Input ::
- - -

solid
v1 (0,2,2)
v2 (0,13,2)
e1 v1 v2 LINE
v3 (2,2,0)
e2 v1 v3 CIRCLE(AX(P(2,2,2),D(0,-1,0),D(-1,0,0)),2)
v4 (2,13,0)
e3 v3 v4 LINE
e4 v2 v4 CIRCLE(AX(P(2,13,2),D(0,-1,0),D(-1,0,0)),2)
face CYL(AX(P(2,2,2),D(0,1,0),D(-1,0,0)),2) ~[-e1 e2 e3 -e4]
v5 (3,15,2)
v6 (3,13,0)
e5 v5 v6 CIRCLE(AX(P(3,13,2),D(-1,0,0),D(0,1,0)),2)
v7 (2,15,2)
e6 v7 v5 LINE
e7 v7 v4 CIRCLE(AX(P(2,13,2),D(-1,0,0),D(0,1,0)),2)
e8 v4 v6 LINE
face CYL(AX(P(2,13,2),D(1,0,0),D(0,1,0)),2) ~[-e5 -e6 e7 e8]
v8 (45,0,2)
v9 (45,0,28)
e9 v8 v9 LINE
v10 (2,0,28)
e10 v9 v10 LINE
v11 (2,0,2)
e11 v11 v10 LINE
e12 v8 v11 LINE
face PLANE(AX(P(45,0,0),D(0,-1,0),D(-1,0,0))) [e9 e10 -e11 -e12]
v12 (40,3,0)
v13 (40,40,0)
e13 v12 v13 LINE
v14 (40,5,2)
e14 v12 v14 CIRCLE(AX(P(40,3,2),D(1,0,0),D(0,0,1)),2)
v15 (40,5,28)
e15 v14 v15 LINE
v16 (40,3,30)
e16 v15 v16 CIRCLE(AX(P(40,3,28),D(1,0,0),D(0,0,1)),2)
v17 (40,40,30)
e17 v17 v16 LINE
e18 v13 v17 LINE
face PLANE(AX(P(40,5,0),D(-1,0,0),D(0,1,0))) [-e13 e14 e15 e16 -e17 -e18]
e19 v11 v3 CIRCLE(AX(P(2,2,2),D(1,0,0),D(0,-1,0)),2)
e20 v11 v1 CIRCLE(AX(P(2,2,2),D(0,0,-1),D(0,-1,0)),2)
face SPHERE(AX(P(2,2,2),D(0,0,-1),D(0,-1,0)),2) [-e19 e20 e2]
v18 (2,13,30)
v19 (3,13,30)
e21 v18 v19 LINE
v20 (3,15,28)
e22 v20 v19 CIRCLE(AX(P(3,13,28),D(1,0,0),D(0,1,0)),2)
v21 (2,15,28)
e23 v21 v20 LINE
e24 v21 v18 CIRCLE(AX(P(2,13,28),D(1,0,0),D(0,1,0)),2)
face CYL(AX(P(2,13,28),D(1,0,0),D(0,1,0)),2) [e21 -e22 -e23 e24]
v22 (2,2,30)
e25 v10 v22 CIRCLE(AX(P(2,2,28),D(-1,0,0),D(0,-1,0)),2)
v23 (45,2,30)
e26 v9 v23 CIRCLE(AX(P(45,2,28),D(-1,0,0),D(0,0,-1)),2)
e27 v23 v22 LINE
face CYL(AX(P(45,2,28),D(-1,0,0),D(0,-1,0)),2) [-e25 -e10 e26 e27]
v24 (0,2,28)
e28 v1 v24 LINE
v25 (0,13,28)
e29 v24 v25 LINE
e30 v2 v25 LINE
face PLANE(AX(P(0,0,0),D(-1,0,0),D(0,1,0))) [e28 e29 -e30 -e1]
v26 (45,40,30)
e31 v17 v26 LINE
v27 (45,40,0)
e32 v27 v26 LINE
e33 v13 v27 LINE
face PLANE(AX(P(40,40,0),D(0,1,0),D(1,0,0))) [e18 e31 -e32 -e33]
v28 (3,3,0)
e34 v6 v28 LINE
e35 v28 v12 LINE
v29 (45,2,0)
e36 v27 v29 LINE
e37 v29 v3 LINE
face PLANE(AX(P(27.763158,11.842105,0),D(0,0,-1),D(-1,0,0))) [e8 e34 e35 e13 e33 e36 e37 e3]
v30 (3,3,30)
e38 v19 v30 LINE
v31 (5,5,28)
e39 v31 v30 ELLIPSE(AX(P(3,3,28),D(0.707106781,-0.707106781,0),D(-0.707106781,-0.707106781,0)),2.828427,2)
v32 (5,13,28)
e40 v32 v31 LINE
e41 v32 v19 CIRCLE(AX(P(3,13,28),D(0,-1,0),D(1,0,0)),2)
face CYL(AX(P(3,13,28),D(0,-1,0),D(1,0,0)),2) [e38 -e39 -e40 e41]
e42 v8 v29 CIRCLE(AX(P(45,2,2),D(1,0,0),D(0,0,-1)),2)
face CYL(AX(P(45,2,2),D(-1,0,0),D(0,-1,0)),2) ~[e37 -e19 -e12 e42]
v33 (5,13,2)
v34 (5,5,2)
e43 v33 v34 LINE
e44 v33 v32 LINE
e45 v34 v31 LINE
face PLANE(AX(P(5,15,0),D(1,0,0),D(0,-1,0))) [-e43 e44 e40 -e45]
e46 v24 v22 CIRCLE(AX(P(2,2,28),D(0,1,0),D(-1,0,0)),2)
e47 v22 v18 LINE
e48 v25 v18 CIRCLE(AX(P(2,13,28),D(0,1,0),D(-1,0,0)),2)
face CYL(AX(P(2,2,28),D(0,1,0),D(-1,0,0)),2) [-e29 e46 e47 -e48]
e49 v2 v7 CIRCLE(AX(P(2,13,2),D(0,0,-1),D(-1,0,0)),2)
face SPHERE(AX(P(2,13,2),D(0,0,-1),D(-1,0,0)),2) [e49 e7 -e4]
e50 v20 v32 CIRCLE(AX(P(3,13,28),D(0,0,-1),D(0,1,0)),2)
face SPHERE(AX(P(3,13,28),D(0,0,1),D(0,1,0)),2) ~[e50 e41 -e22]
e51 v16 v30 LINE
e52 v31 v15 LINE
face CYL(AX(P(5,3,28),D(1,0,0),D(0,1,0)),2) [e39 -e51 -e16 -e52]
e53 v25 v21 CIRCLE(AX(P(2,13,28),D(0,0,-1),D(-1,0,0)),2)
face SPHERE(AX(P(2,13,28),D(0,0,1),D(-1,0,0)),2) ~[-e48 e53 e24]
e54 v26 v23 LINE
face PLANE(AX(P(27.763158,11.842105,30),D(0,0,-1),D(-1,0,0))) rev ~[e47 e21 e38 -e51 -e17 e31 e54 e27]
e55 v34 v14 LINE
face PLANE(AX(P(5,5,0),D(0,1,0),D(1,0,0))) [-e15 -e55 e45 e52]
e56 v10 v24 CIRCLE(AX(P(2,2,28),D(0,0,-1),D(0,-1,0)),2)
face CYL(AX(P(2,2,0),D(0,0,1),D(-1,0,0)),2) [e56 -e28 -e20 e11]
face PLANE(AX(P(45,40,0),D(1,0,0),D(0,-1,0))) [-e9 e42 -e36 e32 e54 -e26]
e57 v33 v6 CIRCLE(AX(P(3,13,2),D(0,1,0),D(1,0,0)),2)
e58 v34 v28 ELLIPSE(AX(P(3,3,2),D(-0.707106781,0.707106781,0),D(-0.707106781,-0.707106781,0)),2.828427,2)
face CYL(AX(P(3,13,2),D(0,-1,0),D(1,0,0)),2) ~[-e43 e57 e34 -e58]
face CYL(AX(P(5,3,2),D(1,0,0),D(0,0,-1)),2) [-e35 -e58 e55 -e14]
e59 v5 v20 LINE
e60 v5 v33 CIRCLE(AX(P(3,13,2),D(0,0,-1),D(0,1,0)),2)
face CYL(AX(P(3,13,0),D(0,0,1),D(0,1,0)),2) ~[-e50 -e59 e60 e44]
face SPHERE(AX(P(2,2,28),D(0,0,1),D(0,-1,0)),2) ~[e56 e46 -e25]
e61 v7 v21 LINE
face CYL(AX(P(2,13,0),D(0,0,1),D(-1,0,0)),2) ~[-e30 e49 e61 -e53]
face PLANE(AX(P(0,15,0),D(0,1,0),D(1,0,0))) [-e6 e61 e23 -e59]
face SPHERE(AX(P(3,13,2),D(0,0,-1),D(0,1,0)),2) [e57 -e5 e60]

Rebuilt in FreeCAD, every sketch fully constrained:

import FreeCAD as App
import Part
import Sketcher
from FreeCAD import Vector


def edges_at(feature, points):
    """Names of the edges that pass closest to the given points."""
    edges = feature.Shape.Edges
    near = lambda p: min(range(len(edges)), key=lambda i: edges[i].distToShape(Part.Vertex(*p))[0])
    return sorted({f"Edge{near(p) + 1}" for p in points})

doc = App.newDocument("Part")
params = doc.addObject("Spreadsheet::Sheet", "Params")
for row, (alias, value) in enumerate([
    ("sketch1_width", "5 mm"),
    ("sketch1_width2", "35 mm"),
    ("sketch1_height", "40 mm"),
    ("sketch1_height2", "10 mm"),
    ("pad1_length", "30 mm"),
    ("fillet_radius", "2 mm"),
    ("fillet2_radius", "2 mm"),
    ("fillet3_radius", "2 mm"),
    ("fillet4_radius", "2 mm"),
    ("fillet5_radius", "2 mm"),
    ("fillet6_radius", "2 mm"),
    ("fillet7_radius", "2 mm"),
], start=1):
    params.set(f"A{row}", alias)
    params.set(f"B{row}", "=" + value)
    params.setAlias(f"B{row}", alias)

body = doc.addObject("PartDesign::Body", "Body")

sketch1 = body.newObject("Sketcher::SketchObject", "Sketch")
sketch1.AttachmentSupport = (doc.getObject("XY_Plane"), [""])
sketch1.MapMode = "FlatFace"
sketch1.addGeometry([
    Part.LineSegment(Vector(45, 0, 0), Vector(45, 40, 0)),
    Part.LineSegment(Vector(45, 40, 0), Vector(40, 40, 0)),
    Part.LineSegment(Vector(40, 40, 0), Vector(40, 5, 0)),
    Part.LineSegment(Vector(40, 5, 0), Vector(5, 5, 0)),
    Part.LineSegment(Vector(5, 5, 0), Vector(5, 15, 0)),
    Part.LineSegment(Vector(5, 15, 0), Vector(0, 15, 0)),
    Part.LineSegment(Vector(0, 15, 0), Vector(0, 0, 0)),
    Part.LineSegment(Vector(0, 0, 0), Vector(45, 0, 0)),
], False)
sketch1.addConstraint([
    Sketcher.Constraint("Coincident", 0, 2, 1, 1),
    Sketcher.Constraint("Coincident", 1, 2, 2, 1),
    Sketcher.Constraint("Coincident", 2, 2, 3, 1),
    Sketcher.Constraint("Coincident", 3, 2, 4, 1),
    Sketcher.Constraint("Coincident", 4, 2, 5, 1),
    Sketcher.Constraint("Coincident", 5, 2, 6, 1),
    Sketcher.Constraint("Coincident", 6, 2, 7, 1),
    Sketcher.Constraint("Coincident", 7, 2, 0, 1),
    Sketcher.Constraint("Vertical", 0),
    Sketcher.Constraint("Horizontal", 1),
    Sketcher.Constraint("Vertical", 2),
    Sketcher.Constraint("Horizontal", 3),
    Sketcher.Constraint("Vertical", 4),
    Sketcher.Constraint("Horizontal", 5),
    Sketcher.Constraint("Vertical", 6),
    Sketcher.Constraint("Horizontal", 7),
    Sketcher.Constraint("Coincident", 6, 2, -1, 1),
    Sketcher.Constraint("Equal", 1, 5),
    Sketcher.Constraint("Equal", 3, 2),
    Sketcher.Constraint("DistanceX", 1, 2, 1, 1, 5.0),
    Sketcher.Constraint("DistanceX", 3, 2, 3, 1, 35.0),
    Sketcher.Constraint("DistanceY", 0, 1, 0, 2, 40.0),
    Sketcher.Constraint("DistanceY", 4, 1, 4, 2, 10.0),
])
sketch1.setExpression("Constraints[19]", "Params.sketch1_width")
sketch1.setExpression("Constraints[20]", "Params.sketch1_width2")
sketch1.setExpression("Constraints[21]", "Params.sketch1_height")
sketch1.setExpression("Constraints[22]", "Params.sketch1_height2")
pad1 = body.newObject("PartDesign::Pad", "Pad")
pad1.Profile = sketch1
pad1.setExpression("Length", "Params.pad1_length")
doc.recompute()

fillet = body.newObject("PartDesign::Fillet", "Fillet")
fillet.Base = (pad1, edges_at(pad1, [(0, 15, 15)]))
fillet.setExpression("Radius", "Params.fillet_radius")
doc.recompute()

fillet2 = body.newObject("PartDesign::Fillet", "Fillet001")
fillet2.Base = (fillet, edges_at(fillet, [(5, 15, 15)]))
fillet2.setExpression("Radius", "Params.fillet2_radius")
doc.recompute()

fillet3 = body.newObject("PartDesign::Fillet", "Fillet002")
fillet3.Base = (fillet2, edges_at(fillet2, [(0, 0, 15)]))
fillet3.setExpression("Radius", "Params.fillet3_radius")
doc.recompute()

fillet4 = body.newObject("PartDesign::Fillet", "Fillet003")
fillet4.Base = (fillet3, edges_at(fillet3, [(22.5, 5, 30)]))
fillet4.setExpression("Radius", "Params.fillet4_radius")
doc.recompute()

fillet5 = body.newObject("PartDesign::Fillet", "Fillet004")
fillet5.Base = (fillet4, edges_at(fillet4, [(22.5, 5, 0)]))
fillet5.setExpression("Radius", "Params.fillet5_radius")
doc.recompute()

fillet6 = body.newObject("PartDesign::Fillet", "Fillet005")
fillet6.Base = (fillet5, edges_at(fillet5, [(5, 8, 30)]))
fillet6.setExpression("Radius", "Params.fillet6_radius")
doc.recompute()

fillet7 = body.newObject("PartDesign::Fillet", "Fillet006")
fillet7.Base = (fillet6, edges_at(fillet6, [(0, 7.5, 0)]))
fillet7.setExpression("Radius", "Params.fillet7_radius")

doc.recompute()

- - -

Please return only the lines above, starting at the line that has "v22 (2,2,30)" and ending at the line that has "e48 v25 v18", keeping both and leaving each one unchanged.

Answer to the problem ::
v22 (2,2,30)
e25 v10 v22 CIRCLE(AX(P(2,2,28),D(-1,0,0),D(0,-1,0)),2)
v23 (45,2,30)
e26 v9 v23 CIRCLE(AX(P(45,2,28),D(-1,0,0),D(0,0,-1)),2)
e27 v23 v22 LINE
face CYL(AX(P(45,2,28),D(-1,0,0),D(0,-1,0)),2) [-e25 -e10 e26 e27]
v24 (0,2,28)
e28 v1 v24 LINE
v25 (0,13,28)
e29 v24 v25 LINE
e30 v2 v25 LINE
face PLANE(AX(P(0,0,0),D(-1,0,0),D(0,1,0))) [e28 e29 -e30 -e1]
v26 (45,40,30)
e31 v17 v26 LINE
v27 (45,40,0)
e32 v27 v26 LINE
e33 v13 v27 LINE
face PLANE(AX(P(40,40,0),D(0,1,0),D(1,0,0))) [e18 e31 -e32 -e33]
v28 (3,3,0)
e34 v6 v28 LINE
e35 v28 v12 LINE
v29 (45,2,0)
e36 v27 v29 LINE
e37 v29 v3 LINE
face PLANE(AX(P(27.763158,11.842105,0),D(0,0,-1),D(-1,0,0))) [e8 e34 e35 e13 e33 e36 e37 e3]
v30 (3,3,30)
e38 v19 v30 LINE
v31 (5,5,28)
e39 v31 v30 ELLIPSE(AX(P(3,3,28),D(0.707106781,-0.707106781,0),D(-0.707106781,-0.707106781,0)),2.828427,2)
v32 (5,13,28)
e40 v32 v31 LINE
e41 v32 v19 CIRCLE(AX(P(3,13,28),D(0,-1,0),D(1,0,0)),2)
face CYL(AX(P(3,13,28),D(0,-1,0),D(1,0,0)),2) [e38 -e39 -e40 e41]
e42 v8 v29 CIRCLE(AX(P(45,2,2),D(1,0,0),D(0,0,-1)),2)
face CYL(AX(P(45,2,2),D(-1,0,0),D(0,-1,0)),2) ~[e37 -e19 -e12 e42]
v33 (5,13,2)
v34 (5,5,2)
e43 v33 v34 LINE
e44 v33 v32 LINE
e45 v34 v31 LINE
face PLANE(AX(P(5,15,0),D(1,0,0),D(0,-1,0))) [-e43 e44 e40 -e45]
e46 v24 v22 CIRCLE(AX(P(2,2,28),D(0,1,0),D(-1,0,0)),2)
e47 v22 v18 LINE
e48 v25 v18 CIRCLE(AX(P(2,13,28),D(0,1,0),D(-1,0,0)),2)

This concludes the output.